Il y a longtemps qu’on avait pas parlé de L’Ado, je sens que ça vous manque. Depuis qu’il est au 6th form, l’équivalent du lycée, il se la joue cool. Il a même une carte étudiant, on se demande bien pourquoi, et il fait son malin. Plus d’uniforme, sa carte de paiement pour aller manger en ville avec les copains, les devoirs en direct par email avec les profs, il s’éclate. Le traître.

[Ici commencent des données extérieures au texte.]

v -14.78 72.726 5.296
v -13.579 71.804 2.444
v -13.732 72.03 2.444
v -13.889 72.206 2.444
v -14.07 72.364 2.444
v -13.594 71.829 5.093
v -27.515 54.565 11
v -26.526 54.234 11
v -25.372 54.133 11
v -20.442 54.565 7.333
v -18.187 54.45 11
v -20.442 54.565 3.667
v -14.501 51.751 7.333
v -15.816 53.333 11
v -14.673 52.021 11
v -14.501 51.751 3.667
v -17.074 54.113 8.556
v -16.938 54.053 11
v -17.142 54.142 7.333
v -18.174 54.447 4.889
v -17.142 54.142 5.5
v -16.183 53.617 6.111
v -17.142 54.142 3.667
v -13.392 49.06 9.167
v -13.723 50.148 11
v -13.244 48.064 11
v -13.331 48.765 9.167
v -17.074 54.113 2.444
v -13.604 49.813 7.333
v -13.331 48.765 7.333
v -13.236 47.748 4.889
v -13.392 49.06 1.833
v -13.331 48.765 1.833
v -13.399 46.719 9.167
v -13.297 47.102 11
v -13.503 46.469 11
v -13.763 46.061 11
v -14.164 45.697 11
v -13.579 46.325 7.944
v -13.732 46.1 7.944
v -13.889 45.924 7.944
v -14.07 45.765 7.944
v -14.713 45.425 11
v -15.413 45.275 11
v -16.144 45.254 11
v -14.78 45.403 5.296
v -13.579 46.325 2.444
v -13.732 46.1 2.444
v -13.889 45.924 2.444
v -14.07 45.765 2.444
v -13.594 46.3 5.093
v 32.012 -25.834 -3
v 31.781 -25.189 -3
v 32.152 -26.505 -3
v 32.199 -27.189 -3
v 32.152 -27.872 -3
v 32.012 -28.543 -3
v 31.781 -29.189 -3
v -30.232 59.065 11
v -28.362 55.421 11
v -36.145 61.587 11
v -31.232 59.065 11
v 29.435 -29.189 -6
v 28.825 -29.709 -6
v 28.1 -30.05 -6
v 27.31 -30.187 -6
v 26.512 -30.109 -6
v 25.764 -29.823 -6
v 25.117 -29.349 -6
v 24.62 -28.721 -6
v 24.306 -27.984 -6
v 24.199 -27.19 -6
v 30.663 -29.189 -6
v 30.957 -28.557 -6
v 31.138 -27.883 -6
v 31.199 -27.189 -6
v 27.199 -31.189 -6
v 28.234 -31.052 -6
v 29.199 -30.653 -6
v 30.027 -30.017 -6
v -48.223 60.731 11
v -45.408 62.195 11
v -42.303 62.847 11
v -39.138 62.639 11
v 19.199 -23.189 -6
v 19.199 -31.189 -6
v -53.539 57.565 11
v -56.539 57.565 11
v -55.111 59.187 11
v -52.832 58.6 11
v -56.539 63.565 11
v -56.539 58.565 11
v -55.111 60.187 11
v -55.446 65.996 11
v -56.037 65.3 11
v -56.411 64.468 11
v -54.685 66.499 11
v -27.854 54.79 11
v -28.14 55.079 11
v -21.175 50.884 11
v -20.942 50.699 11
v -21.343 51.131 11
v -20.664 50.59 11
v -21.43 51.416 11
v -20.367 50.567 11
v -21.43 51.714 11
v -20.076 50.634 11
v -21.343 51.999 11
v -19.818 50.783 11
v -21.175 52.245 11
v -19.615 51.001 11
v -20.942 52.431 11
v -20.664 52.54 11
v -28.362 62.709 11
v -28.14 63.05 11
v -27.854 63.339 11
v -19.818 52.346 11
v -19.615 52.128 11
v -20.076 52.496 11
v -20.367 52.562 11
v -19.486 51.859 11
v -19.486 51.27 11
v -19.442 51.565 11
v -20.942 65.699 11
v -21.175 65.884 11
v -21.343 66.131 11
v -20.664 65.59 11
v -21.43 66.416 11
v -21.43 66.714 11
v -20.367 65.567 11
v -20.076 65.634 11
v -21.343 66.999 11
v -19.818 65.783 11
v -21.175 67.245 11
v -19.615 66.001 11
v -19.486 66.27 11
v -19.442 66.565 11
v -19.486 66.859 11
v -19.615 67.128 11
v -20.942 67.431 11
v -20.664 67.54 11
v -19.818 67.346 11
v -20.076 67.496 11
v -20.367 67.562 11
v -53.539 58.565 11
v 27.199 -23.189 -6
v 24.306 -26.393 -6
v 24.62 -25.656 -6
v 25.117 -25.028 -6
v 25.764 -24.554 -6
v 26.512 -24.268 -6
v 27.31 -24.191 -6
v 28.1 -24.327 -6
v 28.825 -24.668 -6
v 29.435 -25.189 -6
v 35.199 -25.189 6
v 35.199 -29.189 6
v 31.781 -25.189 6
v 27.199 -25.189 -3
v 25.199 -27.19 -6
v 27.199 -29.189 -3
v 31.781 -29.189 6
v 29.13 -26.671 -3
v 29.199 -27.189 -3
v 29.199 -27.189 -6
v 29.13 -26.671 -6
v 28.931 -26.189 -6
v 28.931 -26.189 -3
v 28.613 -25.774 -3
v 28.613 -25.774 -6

Il s’éclate tellement que ce soir, il va voir un concert. Bon, il ne faut pas le dire pour ne pas casser son image, mais c’est aussi son premier concert sans supervision. Même si il fait son blasé, il est parti surexcité. Et ça ne me fait pas rire. Déjà, avec mon naturel calme et serein, je ne stresse pas le moins du monde. La chose se déroule à L’art Center, le centre d’art moderne, un lieu forcément mal famé comme son nom l’indique. C’est évident, entre le café où l’on sert de très bons capuccinos, la boutique avec des bijoux fantaisies inspirés des œuvres et les toiles modernes, c’est un bouge infâme où le mal guette, tapit dans l’ombre derrière toutes les sculptures pour sauter sur mon bébé innocent (et pur, si, comme les agneaux, d’ailleurs il frise. Ça lui vient de sa mère). De toute façon, la salle va prendre feu, le plafond va s’écrouler, L’Ado va ressortir sourd, un bras cassé, peut-être même avec une crise d’appendicite. De sombres individus vont lui proposer des subsances que la morale réprouve (c’est vrai ça, un capuccino à des heures indues un soir d’école, c’est épouvantable…les organisateurs sont criminels). On va récupérer notre pauvre chérubin en lambeaux et aux urgences. Quoique, en lambeaux, vu sa tenue, ça ne peut être qu’un progrès…
(L’image vient de là)
Mais il y a pire. Bien pire. Et là, je ne suis plus la seule à me lamenter. Marichéri qui va devoir poireauter sur le parking pour récupérer son fils tout à l’heure est aussi effondré que moi. Il a bien décidé de mettre ses docs (les chaussures), mais le cœur n’y est pas. Pour qui se prend L’Ado, à aller à un concert, comme si il était…euh…un jeune? Alors que tout le monde sait bien que les jeunes, c’est nous! Maricheri et moi. Comment une fille à la pointe de la mode (je viens de m’acheter des bottines à lacets, style Rangers mais à talons, pour aller avec mon long manteau gothique, et j’ai déjà songé à me faire des mèches roses, mais j’ai peur que ça fasse fuir les parents d’élèves) peut-elle se ronger les sangs à attendre bêtement le retour de L’Ado? Dans le salon. Sur le canapé. Devant la télé, comme une vulgaire mère de famille has been…Comment Maricheri qui a lancé la mode des épingles à nourrice et des Rangers dans son lycée peut-il se retrouver à attendre son fils à la sortie d’un concert, comme un père de famille middle aged de corvée de taxi? Alors que ce petit crétin (le fils…L’Ado, quoi) n’y connaît rien en musique en plus …aargh! De quel droit ce boutonneux nous traite-t-il comme des parents quadragenaires? Sérieusement, c’est un scandale!
Il faut se méfier avec les enfants, au début ils sont mignons et tout gentils et quant vous vous promenez en public avec eux, on parle de vous comme de « jeunes » parents. Et à peine un battement de cil plus tard, ces mêmes gamins vous rejettent dans les méandres gris de l’âge mûr, comme ça, à coup de concerts miteux (Marichéri est très au fait de la culture musicale jeune, il est formel, c’est nul). Comment L’Ado peut-il nous faire ça?